CPTSD, Incest, and Marriage
Dear community. I am struggling. This is my first post here, and I am scared. I am remembering parts of my childhood that I have forgotten. My body is having somatic flashbacks. My vagina throbs and burns when I think about myself as a little girl, and my body feels scared. I am most certain that it was my dad, and it happened more than once.
I have lived my life in a constant state of busyness and distraction. It has been really challenging for me to identify my feelings, to be present and not dissociate. I get irritated at the smallest thing (my dogs barking for example), and this healing journey into my past and into incest is getting really hard. I am trying to recover from my long-lived impulses of being a perfectionist and people-pleaser, practices I embraced for safety. I am trying to recover from fearing being "bad," from feeling disgusted in my body, and from feeling shame.
My wife and I have been married for 12 years, and this is the safest and most loved and most cherished I have ever felt. However, my inability to truly hear her when she speaks (when I hurt her feelings, I focus on being "bad" and don't listen to what she is saying or asking for), the shame feelings that activate, the coldness in my voice when I dissociate, and my defensiveness are all now pushing her away.

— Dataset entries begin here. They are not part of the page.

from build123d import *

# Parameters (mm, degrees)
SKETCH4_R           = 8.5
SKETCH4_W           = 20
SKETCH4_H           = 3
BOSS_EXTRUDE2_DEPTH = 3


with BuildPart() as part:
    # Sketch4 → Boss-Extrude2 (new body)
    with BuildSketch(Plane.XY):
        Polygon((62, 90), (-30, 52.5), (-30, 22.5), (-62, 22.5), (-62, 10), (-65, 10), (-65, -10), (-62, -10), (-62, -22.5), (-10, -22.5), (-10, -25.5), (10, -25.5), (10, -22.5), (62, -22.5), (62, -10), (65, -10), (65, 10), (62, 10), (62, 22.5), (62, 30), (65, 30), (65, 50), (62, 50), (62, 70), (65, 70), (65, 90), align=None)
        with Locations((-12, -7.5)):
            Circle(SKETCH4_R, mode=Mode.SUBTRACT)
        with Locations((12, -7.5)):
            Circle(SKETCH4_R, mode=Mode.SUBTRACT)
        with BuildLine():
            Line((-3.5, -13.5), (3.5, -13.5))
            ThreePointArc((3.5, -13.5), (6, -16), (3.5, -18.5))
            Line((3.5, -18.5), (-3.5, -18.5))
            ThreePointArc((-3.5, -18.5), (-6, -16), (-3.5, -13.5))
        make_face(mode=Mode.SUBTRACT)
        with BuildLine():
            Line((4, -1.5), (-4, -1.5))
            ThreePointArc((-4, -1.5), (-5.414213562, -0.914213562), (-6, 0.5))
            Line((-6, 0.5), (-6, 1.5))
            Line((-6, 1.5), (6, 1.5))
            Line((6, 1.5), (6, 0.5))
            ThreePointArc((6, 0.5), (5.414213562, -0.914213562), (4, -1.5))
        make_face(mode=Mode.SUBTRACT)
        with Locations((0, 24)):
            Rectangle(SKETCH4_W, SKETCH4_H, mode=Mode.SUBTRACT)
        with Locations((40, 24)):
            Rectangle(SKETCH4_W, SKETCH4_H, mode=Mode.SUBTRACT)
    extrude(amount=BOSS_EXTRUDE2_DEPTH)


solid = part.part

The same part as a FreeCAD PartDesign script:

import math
import FreeCAD as App
import Part
import Sketcher
Q = App.Units.Quantity

doc = App.newDocument("Part")
body = doc.addObject("PartDesign::Body", "Body")

# Sketch on XY plane
sketch1 = body.newObject("Sketcher::SketchObject", "Sketch")
sketch1.AttachmentSupport = (doc.getObject("XY_Plane"), [""])
sketch1.MapMode = "FlatFace"
sketch1.addGeometry(Part.LineSegment(App.Vector(62, 90, 0), App.Vector(-30, 52.5, 0)), False)
sketch1.addGeometry(Part.LineSegment(App.Vector(-30, 52.5, 0), App.Vector(-30, 22.5, 0)), False)
sketch1.addGeometry(Part.LineSegment(App.Vector(-30, 22.5, 0), App.Vector(-62, 22.5, 0)), False)
sketch1.addGeometry(Part.LineSegment(App.Vector(-62, 22.5, 0), App.Vector(-62, 10, 0)), False)
sketch1.addGeometry(Part.LineSegment(App.Vector(-62, 10, 0), App.Vector(-65, 10, 0)), False)
sketch1.addGeometry(Part.LineSegment(App.Vector(-65, 10, 0), App.Vector(-65, -10, 0)), False)
sketch1.addGeometry(Part.LineSegment(App.Vector(-65, -10, 0), App.Vector(-62, -10, 0)), False)
sketch1.addGeometry(Part.LineSegment(App.Vector(-62, -10, 0), App.Vector(-62, -22.5, 0)), False)
sketch1.addGeometry(Part.LineSegment(App.Vector(-62, -22.5, 0), App.Vector(-10, -22.5, 0)), False)
sketch1.addGeometry(Part.LineSegment(App.Vector(-10, -22.5, 0), App.Vector(-10, -25.5, 0)), False)
sketch1.addGeometry(Part.LineSegment(App.Vector(-10, -25.5, 0), App.Vector(10, -25.5, 0)), False)
sketch1.addGeometry(Part.LineSegment(App.Vector(10, -25.5, 0), App.Vector(10, -22.5, 0)), False)
sketch1.addGeometry(Part.LineSegment(App.Vector(10, -22.5, 0), App.Vector(62, -22.5, 0)), False)
sketch1.addGeometry(Part.LineSegment(App.Vector(62, -22.5, 0), App.Vector(62, -10, 0)), False)
sketch1.addGeometry(Part.LineSegment(App.Vector(62, -10, 0), App.Vector(65, -10, 0)), False)
sketch1.addGeometry(Part.LineSegment(App.Vector(65, -10, 0), App.Vector(65, 10, 0)), False)
sketch1.addGeometry(Part.LineSegment(App.Vector(65, 10, 0), App.Vector(62, 10, 0)), False)
sketch1.addGeometry(Part.LineSegment(App.Vector(62, 10, 0), App.Vector(62, 30, 0)), False)
sketch1.addGeometry(Part.LineSegment(App.Vector(62, 30, 0), App.Vector(65, 30, 0)), False)
sketch1.addGeometry(Part.LineSegment(App.Vector(65, 30, 0), App.Vector(65, 50, 0)), False)
sketch1.addGeometry(Part.LineSegment(App.Vector(65, 50, 0), App.Vector(62, 50, 0)), False)
sketch1.addGeometry(Part.LineSegment(App.Vector(62, 50, 0), App.Vector(62, 70, 0)), False)
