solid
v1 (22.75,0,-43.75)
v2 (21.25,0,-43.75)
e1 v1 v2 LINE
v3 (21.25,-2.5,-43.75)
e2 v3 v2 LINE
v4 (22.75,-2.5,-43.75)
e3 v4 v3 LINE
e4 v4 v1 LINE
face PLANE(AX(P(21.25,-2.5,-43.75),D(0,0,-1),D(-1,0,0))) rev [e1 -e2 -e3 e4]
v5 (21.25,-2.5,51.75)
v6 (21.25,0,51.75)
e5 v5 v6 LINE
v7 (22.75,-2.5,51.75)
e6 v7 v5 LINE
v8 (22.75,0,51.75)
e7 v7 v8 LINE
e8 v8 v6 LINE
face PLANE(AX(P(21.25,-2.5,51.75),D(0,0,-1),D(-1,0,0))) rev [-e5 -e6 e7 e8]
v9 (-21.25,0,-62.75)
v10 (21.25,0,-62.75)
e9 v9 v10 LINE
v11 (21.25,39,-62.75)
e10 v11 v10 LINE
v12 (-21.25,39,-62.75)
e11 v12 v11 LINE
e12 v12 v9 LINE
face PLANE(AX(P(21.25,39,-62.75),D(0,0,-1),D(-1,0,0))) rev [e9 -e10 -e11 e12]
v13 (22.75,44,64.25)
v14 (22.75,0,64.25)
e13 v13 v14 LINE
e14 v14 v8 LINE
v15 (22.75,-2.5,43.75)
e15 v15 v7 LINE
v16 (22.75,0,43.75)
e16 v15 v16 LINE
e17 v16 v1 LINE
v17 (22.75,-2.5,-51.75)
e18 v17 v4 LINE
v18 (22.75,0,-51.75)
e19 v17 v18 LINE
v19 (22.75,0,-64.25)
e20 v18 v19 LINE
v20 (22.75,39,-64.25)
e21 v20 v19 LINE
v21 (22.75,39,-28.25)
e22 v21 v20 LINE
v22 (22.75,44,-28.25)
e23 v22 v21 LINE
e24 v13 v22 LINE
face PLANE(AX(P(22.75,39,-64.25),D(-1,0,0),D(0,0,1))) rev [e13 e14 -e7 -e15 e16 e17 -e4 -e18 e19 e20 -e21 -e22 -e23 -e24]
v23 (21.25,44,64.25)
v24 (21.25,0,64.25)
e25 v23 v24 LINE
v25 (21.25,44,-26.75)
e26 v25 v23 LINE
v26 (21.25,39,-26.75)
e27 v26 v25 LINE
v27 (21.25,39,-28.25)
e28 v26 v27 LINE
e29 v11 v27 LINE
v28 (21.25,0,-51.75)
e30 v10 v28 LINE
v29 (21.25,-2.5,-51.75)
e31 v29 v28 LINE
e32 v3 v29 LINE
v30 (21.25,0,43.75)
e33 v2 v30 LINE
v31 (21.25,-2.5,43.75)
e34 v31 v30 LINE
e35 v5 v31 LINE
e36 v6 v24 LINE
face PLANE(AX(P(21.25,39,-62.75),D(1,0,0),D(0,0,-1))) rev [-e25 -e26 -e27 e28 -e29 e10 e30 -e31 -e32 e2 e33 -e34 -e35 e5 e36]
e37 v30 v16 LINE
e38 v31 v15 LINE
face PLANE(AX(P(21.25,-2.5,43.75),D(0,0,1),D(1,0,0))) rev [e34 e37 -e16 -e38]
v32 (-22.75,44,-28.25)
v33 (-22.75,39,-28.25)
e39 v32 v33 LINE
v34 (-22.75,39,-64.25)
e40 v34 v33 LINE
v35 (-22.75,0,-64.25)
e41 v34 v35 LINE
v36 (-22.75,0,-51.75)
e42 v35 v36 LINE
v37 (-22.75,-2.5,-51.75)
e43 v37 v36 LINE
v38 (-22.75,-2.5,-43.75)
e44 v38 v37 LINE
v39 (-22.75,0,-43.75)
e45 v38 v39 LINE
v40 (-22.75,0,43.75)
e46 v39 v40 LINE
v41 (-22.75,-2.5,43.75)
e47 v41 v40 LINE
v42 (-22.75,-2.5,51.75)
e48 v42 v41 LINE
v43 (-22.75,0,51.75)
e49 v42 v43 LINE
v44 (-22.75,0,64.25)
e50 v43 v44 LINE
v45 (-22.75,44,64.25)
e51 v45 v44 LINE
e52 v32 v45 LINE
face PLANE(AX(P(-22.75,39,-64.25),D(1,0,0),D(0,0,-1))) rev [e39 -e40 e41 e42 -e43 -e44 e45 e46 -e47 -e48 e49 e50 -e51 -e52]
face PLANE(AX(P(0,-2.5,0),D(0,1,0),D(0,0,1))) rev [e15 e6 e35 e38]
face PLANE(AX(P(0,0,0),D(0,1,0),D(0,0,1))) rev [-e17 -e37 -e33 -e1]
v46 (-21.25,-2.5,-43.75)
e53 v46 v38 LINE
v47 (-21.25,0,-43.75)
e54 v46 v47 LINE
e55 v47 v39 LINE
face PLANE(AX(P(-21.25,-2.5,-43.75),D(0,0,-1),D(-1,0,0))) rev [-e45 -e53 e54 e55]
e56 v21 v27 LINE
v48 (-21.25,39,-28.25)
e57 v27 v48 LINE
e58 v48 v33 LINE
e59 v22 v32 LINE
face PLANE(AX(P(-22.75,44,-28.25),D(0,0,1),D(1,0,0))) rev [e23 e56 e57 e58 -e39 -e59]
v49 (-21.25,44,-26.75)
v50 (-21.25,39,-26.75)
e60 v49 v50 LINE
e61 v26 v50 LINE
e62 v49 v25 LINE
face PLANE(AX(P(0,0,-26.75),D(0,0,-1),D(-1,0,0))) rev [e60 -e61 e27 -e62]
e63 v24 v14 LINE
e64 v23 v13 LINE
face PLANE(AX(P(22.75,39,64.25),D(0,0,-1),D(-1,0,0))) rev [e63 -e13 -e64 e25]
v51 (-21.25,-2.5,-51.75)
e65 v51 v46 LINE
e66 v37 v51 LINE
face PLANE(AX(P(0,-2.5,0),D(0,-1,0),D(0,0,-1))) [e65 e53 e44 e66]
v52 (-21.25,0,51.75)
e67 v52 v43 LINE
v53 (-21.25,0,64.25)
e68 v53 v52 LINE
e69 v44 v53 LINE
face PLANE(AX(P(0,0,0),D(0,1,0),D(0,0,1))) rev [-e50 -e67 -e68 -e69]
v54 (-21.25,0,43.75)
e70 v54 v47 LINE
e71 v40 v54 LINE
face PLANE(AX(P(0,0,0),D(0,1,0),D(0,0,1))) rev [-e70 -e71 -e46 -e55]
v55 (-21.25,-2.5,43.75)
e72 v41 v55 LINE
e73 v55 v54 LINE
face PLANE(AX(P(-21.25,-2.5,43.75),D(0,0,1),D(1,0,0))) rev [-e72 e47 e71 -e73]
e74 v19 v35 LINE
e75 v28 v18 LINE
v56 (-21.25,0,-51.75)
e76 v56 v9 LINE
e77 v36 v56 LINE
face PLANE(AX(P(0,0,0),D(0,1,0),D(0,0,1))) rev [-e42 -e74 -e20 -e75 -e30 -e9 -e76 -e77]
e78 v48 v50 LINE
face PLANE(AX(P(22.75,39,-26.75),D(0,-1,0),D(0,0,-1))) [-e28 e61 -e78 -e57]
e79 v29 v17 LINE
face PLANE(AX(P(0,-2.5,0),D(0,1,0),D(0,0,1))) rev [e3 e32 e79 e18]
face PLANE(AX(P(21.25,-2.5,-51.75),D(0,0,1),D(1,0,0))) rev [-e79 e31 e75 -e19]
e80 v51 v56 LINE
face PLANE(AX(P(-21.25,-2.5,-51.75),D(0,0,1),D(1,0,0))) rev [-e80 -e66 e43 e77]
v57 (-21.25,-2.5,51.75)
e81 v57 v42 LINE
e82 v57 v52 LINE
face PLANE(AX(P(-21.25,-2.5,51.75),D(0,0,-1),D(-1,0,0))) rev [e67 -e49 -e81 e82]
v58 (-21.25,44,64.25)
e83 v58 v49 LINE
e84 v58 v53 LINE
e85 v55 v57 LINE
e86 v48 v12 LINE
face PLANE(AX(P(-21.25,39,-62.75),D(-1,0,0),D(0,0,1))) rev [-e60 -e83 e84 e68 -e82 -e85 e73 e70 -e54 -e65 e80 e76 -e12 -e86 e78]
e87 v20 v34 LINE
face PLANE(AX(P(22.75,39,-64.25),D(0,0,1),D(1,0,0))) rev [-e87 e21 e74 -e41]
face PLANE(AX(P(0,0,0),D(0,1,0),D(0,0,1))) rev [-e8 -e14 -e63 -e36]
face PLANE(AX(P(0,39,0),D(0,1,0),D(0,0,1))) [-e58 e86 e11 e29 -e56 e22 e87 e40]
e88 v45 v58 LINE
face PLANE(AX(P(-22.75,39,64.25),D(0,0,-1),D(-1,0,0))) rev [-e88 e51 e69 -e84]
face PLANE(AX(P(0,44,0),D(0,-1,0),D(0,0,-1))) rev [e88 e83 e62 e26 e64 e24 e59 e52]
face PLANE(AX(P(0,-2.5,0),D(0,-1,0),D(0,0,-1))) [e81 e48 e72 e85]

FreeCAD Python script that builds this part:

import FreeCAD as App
import Part
import Sketcher
from FreeCAD import Vector


def add_polygon(sketch, points):
    """Adds a closed chain of lines whose ends are joined by coincident constraints."""
    first, n = sketch.GeometryCount, len(points)
    for a, b in zip(points, points[1:] + points[:1]):
        sketch.addGeometry(Part.LineSegment(App.Vector(*a, 0), App.Vector(*b, 0)), False)
    for i in range(n):
        sketch.addConstraint(Sketcher.Constraint("Coincident", first + i, 2, first + (i + 1) % n, 1))

doc = App.newDocument("Part")
body = doc.addObject("PartDesign::Body", "Body")

sketch1 = body.newObject("Sketcher::SketchObject", "Sketch")
sketch1.AttachmentSupport = (doc.getObject("XZ_Plane"), [""])
sketch1.MapMode = "FlatFace"
add_polygon(sketch1, [(22.75, 64.25), (22.75, -64.25), (-22.75, -64.25), (-22.75, 64.25), (-21.25, 64.25), (-21.25, -62.75), (21.25, -62.75), (21.25, 64.25)])
sketch1.addConstraint([
    Sketcher.Constraint("Vertical", 0),
    Sketcher.Constraint("Horizontal", 1),
    Sketcher.Constraint("Vertical", 2),
    Sketcher.Constraint("Horizontal", 3),
    Sketcher.Constraint("Vertical", 4),
    Sketcher.Constraint("Horizontal", 5),
    Sketcher.Constraint("Vertical", 6),
    Sketcher.Constraint("Horizontal", 7),
    Sketcher.Constraint("Symmetric", 0, 2, 2, 2, -1, 1),
    Sketcher.Constraint("Symmetric", 3, 2, 6, 2, -2),
    Sketcher.Constraint("DistanceY", 4, 2, 4, 1, 127.0),
    Sketcher.Constraint("DistanceX", 1, 2, 1, 1, 45.5),
    Sketcher.Constraint("DistanceX", 3, 1, 3, 2, 1.5),
    Sketcher.Constraint("DistanceY", 0, 2, 0, 1, 128.5),
])
pad1 = body.newObject("PartDesign::Pad", "Pad")
pad1.Profile = sketch1
pad1.Length = 39
pad1.Reversed = True

sketch2 = body.newObject("Sketcher::SketchObject", "Sketch001")
sketch2.AttachmentSupport = (doc.getObject("XZ_Plane"), [""])
sketch2.MapMode = "FlatFace"
sketch2.AttachmentOffset = App.Placement(Vector(0, 0, -39), App.Rotation())
add_polygon(sketch2, [(-22.75, -28.25), (-22.75, 64.25), (-21.25, 64.25), (-21.25, -28.25)])
add_polygon(sketch2, [(21.25, -28.25), (21.25, 64.25), (22.75, 64.25), (22.75, -28.25)])
sketch2.addConstraint([
    Sketcher.Constraint("Vertical", 0),
    Sketcher.Constraint("Horizontal", 1),
    Sketcher.Constraint("Vertical", 2),
    Sketcher.Constraint("Horizontal", 3),
    Sketcher.Constraint("Vertical", 4),
    Sketcher.Constraint("Horizontal", 5),
    Sketcher.Constraint("Vertical", 6),
    Sketcher.Constraint("Horizontal", 7),
    Sketcher.Constraint("Symmetric", 1, 2, 4, 2, -2),
    Sketcher.Constraint("Symmetric", 3, 2, 6, 2, -2),
    Sketcher.Constraint("DistanceX", 1, 1, 1, 2, 1.5),
    Sketcher.Constraint("DistanceY", 0, 1, 0, 2, 92.5),
    Sketcher.Constraint("DistanceX", 0, 2, 4, 2, 44.0),
    Sketcher.Constraint("DistanceY", -1, 1, 0, 2, 64.25),
])
pad2 = body.newObject("PartDesign::Pad", "Pad001")
pad2.Profile = sketch2
pad2.Length = 5
pad2.Reversed = True

sketch3 = body.newObject("Sketcher::SketchObject", "Sketch002")
sketch3.AttachmentSupport = (doc.getObject("XZ_Plane"), [""])
sketch3.MapMode = "FlatFace"
add_polygon(sketch3, [(21.25, -43.75), (21.25, -51.75), (22.75, -51.75), (22.75, -43.75)])
add_polygon(sketch3, [(-22.75, -43.75), (-22.75, -51.75), (-21.25, -51.75), (-21.25, -43.75)])
add_polygon(sketch3, [(21.25, 51.75), (21.25, 43.75), (22.75, 43.75), (22.75, 51.75)])
add_polygon(sketch3, [(-22.75, 51.75), (-22.75, 43.75), (-21.25, 43.75), (-21.25, 51.75)])
sketch3.addConstraint([
    Sketcher.Constraint("Vertical", 0),
    Sketcher.Constraint("Horizontal", 1),
    Sketcher.Constraint("Vertical", 2),
    Sketcher.Constraint("Horizontal", 3),
    Sketcher.Constraint("Vertical", 4),
    Sketcher.Constraint("Horizontal", 5),
    Sketcher.Constraint("Vertical", 6),
    Sketcher.Constraint("Horizontal", 7),
    Sketcher.Constraint("Vertical", 8),
    Sketcher.Constraint("Horizontal", 9),
    Sketcher.Constraint("Vertical", 10),
    Sketcher.Constraint("Horizontal", 11),
    Sketcher.Constraint("Vertical", 12),
    Sketcher.Constraint("Horizontal", 13),
    Sketcher.Constraint("Vertical", 14),
    Sketcher.Constraint("Horizontal", 15),
    Sketcher.Constraint("Symmetric", 6, 2, 8, 2, -1, 1),
    Sketcher.Constraint("Symmetric", 4, 2, 10, 2, -1, 1),
    Sketcher.Constraint("Symmetric", 2, 2, 12, 2, -1, 1),
    Sketcher.Constraint("Symmetric", 0, 2, 14, 2, -1, 1),
    Sketcher.Constraint("Symmetric", 1, 2, 4, 2, -2),
    Sketcher.Constraint("Symmetric", 3, 2, 6, 2, -2),
    Sketcher.Constraint("DistanceY", 0, 2, 0, 1, 8.0),
    Sketcher.Constraint("DistanceX", 1, 1, 1, 2, 1.5),
    Sketcher.Constraint("DistanceX", 4, 2, 0, 2, 44.0),
    Sketcher.Constraint("DistanceY", 3, 2, 8, 2, 87.5),
])
pad3 = body.newObject("PartDesign::Pad", "Pad002")
pad3.Profile = sketch3
pad3.Length = 2.5

sketch4 = body.newObject("Sketcher::SketchObject", "Sketch003")
sketch4.AttachmentSupport = (doc.getObject("XY_Plane"), [""])
sketch4.MapMode = "FlatFace"
sketch4.AttachmentOffset = App.Placement(Vector(0, 0, -28.25), App.Rotation())
add_polygon(sketch4, [(22.75, 44), (22.75, 39), (-22.75, 39), (-22.75, 44)])
sketch4.addConstraint([
    Sketcher.Constraint("Vertical", 0),
    Sketcher.Constraint("Horizontal", 1),
    Sketcher.Constraint("Vertical", 2),
    Sketcher.Constraint("Horizontal", 3),
    Sketcher.Constraint("DistanceY", 0, 2, 0, 1, 5.0),
    Sketcher.Constraint("DistanceX", 1, 2, 1, 1, 45.5),
    Sketcher.Constraint("DistanceY", -1, 1, 0, 2, 39.0),
    Sketcher.Constraint("DistanceX", -1, 1, 0, 2, 22.75),
])
pad4 = body.newObject("PartDesign::Pad", "Pad003")
pad4.Profile = sketch4
pad4.Length = 1.5

doc.recompute()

How are you all navigating healing from incest and CPTSD while protecting your relationships? I feel like I'm failing every time I repeat a pattern that hurts my wife. I feel like my past is haunting my present, and I'm fraying. We have a couple's therapist and I have a personal therapist, but I'm struggling to slow things down in the moment of activation to truly listen, be in the present moment, check-in with myself, and then respond. Any advice would be greatly appreciated. Thank you for reading this.